LONDON - Robert Pattinson and Kristen Stewart were in London taking in the sights. London native Pattinson was showing Kristen Big Ben, the clock tower, not 6 foot 11, Ben Clutterbuck who used to be the goalie for Chelsea.
Kris who is not exactly the brightest color in the rainbow asked Spunky, as his close friends and relatives call him, how many double A batteries does the big old clock take.
Spunky tried not to laugh and replied that it does not take any double A batteries at all but that it instead takes about 200 D batteries.
She smiled and said that hopefully the queen has a battery charger. Spunky nodded his head affirmatively.
The two were asked if they had any upcoming movies. Pattinson said that just that morning they had both signed the contract to star in the British Manor Pictures film Oops - The Jesse James and Sandra Bullock Story.
Pattinson was asked what he thought about the big mess that Jesse James appears to have found himself in. Rob turned to the side and said that he cannot understand how JJ could do that to his dear sweet wife.
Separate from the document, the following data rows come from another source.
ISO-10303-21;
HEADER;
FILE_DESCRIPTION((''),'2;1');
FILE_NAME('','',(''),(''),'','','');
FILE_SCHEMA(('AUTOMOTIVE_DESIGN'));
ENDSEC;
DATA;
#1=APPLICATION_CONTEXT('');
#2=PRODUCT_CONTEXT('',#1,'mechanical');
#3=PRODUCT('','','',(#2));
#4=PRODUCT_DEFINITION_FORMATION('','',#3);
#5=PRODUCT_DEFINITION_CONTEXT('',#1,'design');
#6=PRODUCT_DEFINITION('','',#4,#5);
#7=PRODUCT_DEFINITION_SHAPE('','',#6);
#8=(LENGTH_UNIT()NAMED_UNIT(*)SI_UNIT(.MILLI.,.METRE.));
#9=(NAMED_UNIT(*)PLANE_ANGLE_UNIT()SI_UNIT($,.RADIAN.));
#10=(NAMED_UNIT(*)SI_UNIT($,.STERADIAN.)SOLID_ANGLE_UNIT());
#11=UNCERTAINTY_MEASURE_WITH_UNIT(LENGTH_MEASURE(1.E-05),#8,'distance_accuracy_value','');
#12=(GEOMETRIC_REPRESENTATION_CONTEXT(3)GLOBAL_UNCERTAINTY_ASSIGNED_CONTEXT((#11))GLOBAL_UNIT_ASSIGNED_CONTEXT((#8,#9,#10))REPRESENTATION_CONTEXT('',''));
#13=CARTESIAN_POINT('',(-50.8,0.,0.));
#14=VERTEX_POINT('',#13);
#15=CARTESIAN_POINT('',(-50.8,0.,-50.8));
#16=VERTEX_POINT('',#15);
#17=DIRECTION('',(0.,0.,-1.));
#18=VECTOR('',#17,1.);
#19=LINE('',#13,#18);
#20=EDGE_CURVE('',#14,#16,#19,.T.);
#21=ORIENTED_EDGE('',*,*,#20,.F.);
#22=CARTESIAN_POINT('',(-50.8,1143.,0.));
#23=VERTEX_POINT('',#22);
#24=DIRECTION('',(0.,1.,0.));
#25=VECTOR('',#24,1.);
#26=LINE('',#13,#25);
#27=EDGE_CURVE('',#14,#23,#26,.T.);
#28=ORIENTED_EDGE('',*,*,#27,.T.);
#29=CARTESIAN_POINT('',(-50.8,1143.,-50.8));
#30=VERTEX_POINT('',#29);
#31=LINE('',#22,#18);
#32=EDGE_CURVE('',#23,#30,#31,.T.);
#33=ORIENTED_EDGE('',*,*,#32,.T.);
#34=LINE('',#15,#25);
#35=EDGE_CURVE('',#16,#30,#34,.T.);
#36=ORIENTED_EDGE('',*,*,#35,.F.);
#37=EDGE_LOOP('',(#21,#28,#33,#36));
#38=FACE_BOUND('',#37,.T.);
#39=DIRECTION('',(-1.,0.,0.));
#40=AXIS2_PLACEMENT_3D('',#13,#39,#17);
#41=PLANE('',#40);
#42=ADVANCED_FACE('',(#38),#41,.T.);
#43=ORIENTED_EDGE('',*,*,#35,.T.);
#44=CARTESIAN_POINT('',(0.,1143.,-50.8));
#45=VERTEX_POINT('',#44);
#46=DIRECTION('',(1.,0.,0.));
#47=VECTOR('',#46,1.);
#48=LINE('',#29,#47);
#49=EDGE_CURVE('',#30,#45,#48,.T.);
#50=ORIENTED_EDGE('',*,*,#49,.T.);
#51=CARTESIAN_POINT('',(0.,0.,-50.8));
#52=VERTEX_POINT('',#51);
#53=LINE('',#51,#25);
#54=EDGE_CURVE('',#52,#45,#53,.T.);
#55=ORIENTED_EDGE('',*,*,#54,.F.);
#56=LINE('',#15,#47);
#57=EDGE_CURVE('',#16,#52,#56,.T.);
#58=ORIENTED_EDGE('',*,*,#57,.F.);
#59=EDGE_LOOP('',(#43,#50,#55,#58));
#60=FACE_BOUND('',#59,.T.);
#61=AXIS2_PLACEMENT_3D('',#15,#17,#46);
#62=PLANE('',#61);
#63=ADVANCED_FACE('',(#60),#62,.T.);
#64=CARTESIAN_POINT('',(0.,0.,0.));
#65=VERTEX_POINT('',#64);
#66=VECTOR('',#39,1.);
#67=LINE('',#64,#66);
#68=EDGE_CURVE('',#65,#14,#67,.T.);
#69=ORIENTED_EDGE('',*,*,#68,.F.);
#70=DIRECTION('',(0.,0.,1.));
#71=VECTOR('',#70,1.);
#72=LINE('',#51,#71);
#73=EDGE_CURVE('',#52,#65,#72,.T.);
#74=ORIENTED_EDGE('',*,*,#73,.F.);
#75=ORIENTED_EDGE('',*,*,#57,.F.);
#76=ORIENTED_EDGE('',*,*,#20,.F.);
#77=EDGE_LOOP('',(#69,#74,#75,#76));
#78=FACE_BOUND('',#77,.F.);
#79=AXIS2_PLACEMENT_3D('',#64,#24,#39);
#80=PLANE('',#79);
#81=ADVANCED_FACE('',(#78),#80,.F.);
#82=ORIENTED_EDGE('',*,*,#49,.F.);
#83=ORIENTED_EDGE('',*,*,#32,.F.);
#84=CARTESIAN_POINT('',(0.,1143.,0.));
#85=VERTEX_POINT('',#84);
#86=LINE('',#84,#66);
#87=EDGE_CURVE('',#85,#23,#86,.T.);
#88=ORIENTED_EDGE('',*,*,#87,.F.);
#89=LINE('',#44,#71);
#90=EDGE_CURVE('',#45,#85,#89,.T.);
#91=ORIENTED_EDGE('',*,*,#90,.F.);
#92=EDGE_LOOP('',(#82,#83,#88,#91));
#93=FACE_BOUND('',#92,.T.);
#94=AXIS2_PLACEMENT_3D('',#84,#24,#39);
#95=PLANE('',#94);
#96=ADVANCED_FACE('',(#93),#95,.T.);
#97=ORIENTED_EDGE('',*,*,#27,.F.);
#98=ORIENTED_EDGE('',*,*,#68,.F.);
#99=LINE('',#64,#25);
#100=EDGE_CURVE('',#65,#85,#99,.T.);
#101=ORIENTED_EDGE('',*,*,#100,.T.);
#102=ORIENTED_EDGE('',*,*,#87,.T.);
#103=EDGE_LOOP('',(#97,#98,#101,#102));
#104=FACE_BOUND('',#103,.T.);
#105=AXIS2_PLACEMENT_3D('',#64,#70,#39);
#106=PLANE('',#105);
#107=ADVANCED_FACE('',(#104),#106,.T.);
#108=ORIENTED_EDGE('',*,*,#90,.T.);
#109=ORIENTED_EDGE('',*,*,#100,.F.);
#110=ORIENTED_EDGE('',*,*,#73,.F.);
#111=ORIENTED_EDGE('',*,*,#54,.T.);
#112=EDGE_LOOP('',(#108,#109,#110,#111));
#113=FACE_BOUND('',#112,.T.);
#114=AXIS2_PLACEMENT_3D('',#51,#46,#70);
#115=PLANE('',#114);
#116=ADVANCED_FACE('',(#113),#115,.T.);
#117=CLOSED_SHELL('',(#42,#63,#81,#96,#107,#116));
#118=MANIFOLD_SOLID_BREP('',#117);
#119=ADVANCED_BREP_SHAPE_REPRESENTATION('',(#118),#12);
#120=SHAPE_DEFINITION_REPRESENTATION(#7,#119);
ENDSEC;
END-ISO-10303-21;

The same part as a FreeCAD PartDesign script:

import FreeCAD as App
import Part
import Sketcher
Q = App.Units.Quantity

doc = App.newDocument("Part")
params = doc.addObject("Spreadsheet::Sheet", "Params")
for row, (alias, value) in enumerate([
    ("sketch1_width", "2 in"),
    ("pad1_length", "45 in"),
], start=1):
    params.set(f"A{row}", alias)
    params.set(f"B{row}", "=" + value)
    params.setAlias(f"B{row}", alias)

body = doc.addObject("PartDesign::Body", "Body")

sketch1 = body.newObject("Sketcher::SketchObject", "Sketch")
sketch1.AttachmentSupport = (doc.getObject("XZ_Plane"), [""])
sketch1.MapMode = "FlatFace"
sketch1.addGeometry(Part.LineSegment(App.Vector(-51, 0, 0), App.Vector(0, 0, 0)), False)
sketch1.addGeometry(Part.LineSegment(App.Vector(0, 0, 0), App.Vector(0, -51, 0)), False)
sketch1.addGeometry(Part.LineSegment(App.Vector(0, -51, 0), App.Vector(-51, -51, 0)), False)
sketch1.addGeometry(Part.LineSegment(App.Vector(-51, -51, 0), App.Vector(-51, 0, 0)), False)
sketch1.addConstraint(Sketcher.Constraint("Coincident", 0, 2, 1, 1))
sketch1.addConstraint(Sketcher.Constraint("Coincident", 1, 2, 2, 1))
sketch1.addConstraint(Sketcher.Constraint("Coincident", 2, 2, 3, 1))
sketch1.addConstraint(Sketcher.Constraint("Coincident", 3, 2, 0, 1))
sketch1.addConstraint(Sketcher.Constraint("Horizontal", 0))
sketch1.addConstraint(Sketcher.Constraint("Vertical", 1))
sketch1.addConstraint(Sketcher.Constraint("Horizontal", 2))
sketch1.addConstraint(Sketcher.Constraint("Vertical", 3))
sketch1.addConstraint(Sketcher.Constraint("Coincident", 0, 2, -1, 1))
sketch1.addConstraint(Sketcher.Constraint("Equal", 2, 1))
sketch1.addConstraint(Sketcher.Constraint("DistanceX", 0, 1, 0, 2, Q("2 in")))
sketch1.setExpression("Constraints[10]", "Params.sketch1_width")
pad1 = body.newObject("PartDesign::Pad", "Pad")
pad1.Profile = sketch1
pad1.setExpression("Length", "Params.pad1_length")
pad1.Reversed = True

doc.recompute()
He went on to say, for goodness sakes, she just won the Best Actress Academy Award. Kris chimed in "And do you know how many actresses win that award in one year?"
"That's right. One."
"Ah Rob, this so called 'Bombshell' woman that Jesse is alleged to have boinked; have you see her."
Pattinson answered that he had and that the skank must have over 200 tattoos on her body. When told that she actually has 212, he smiled and said that he heard that some of her tattoos had tattoos.
Kristen then chimed in and said that it is her understanding that some of her tattoos overlap other tattoos.
Rob rolled his eyes choosing to kind of try and ignore what Kris had said.
"Hey, did ya hear what I just said about some of her tattoos actually overlapping other ones?"
Pattinson nodded that he had. He then told the reporter that he was sorry but that they had to get going because next he was going to take Kristen to Windsor Castle and he knew that he will most certainly be having to explain to her why it looks so darn friggin old.
In a non-related story. Sarah Palin has finally answered a question that a lot of men and women have both wondered about for sometime. Does she wear a jock strap when she goes big game hunting up in Alaska? "Snowflake" Palin told Wolf Blitzer that she does and yes it is a camouflaged jock strap.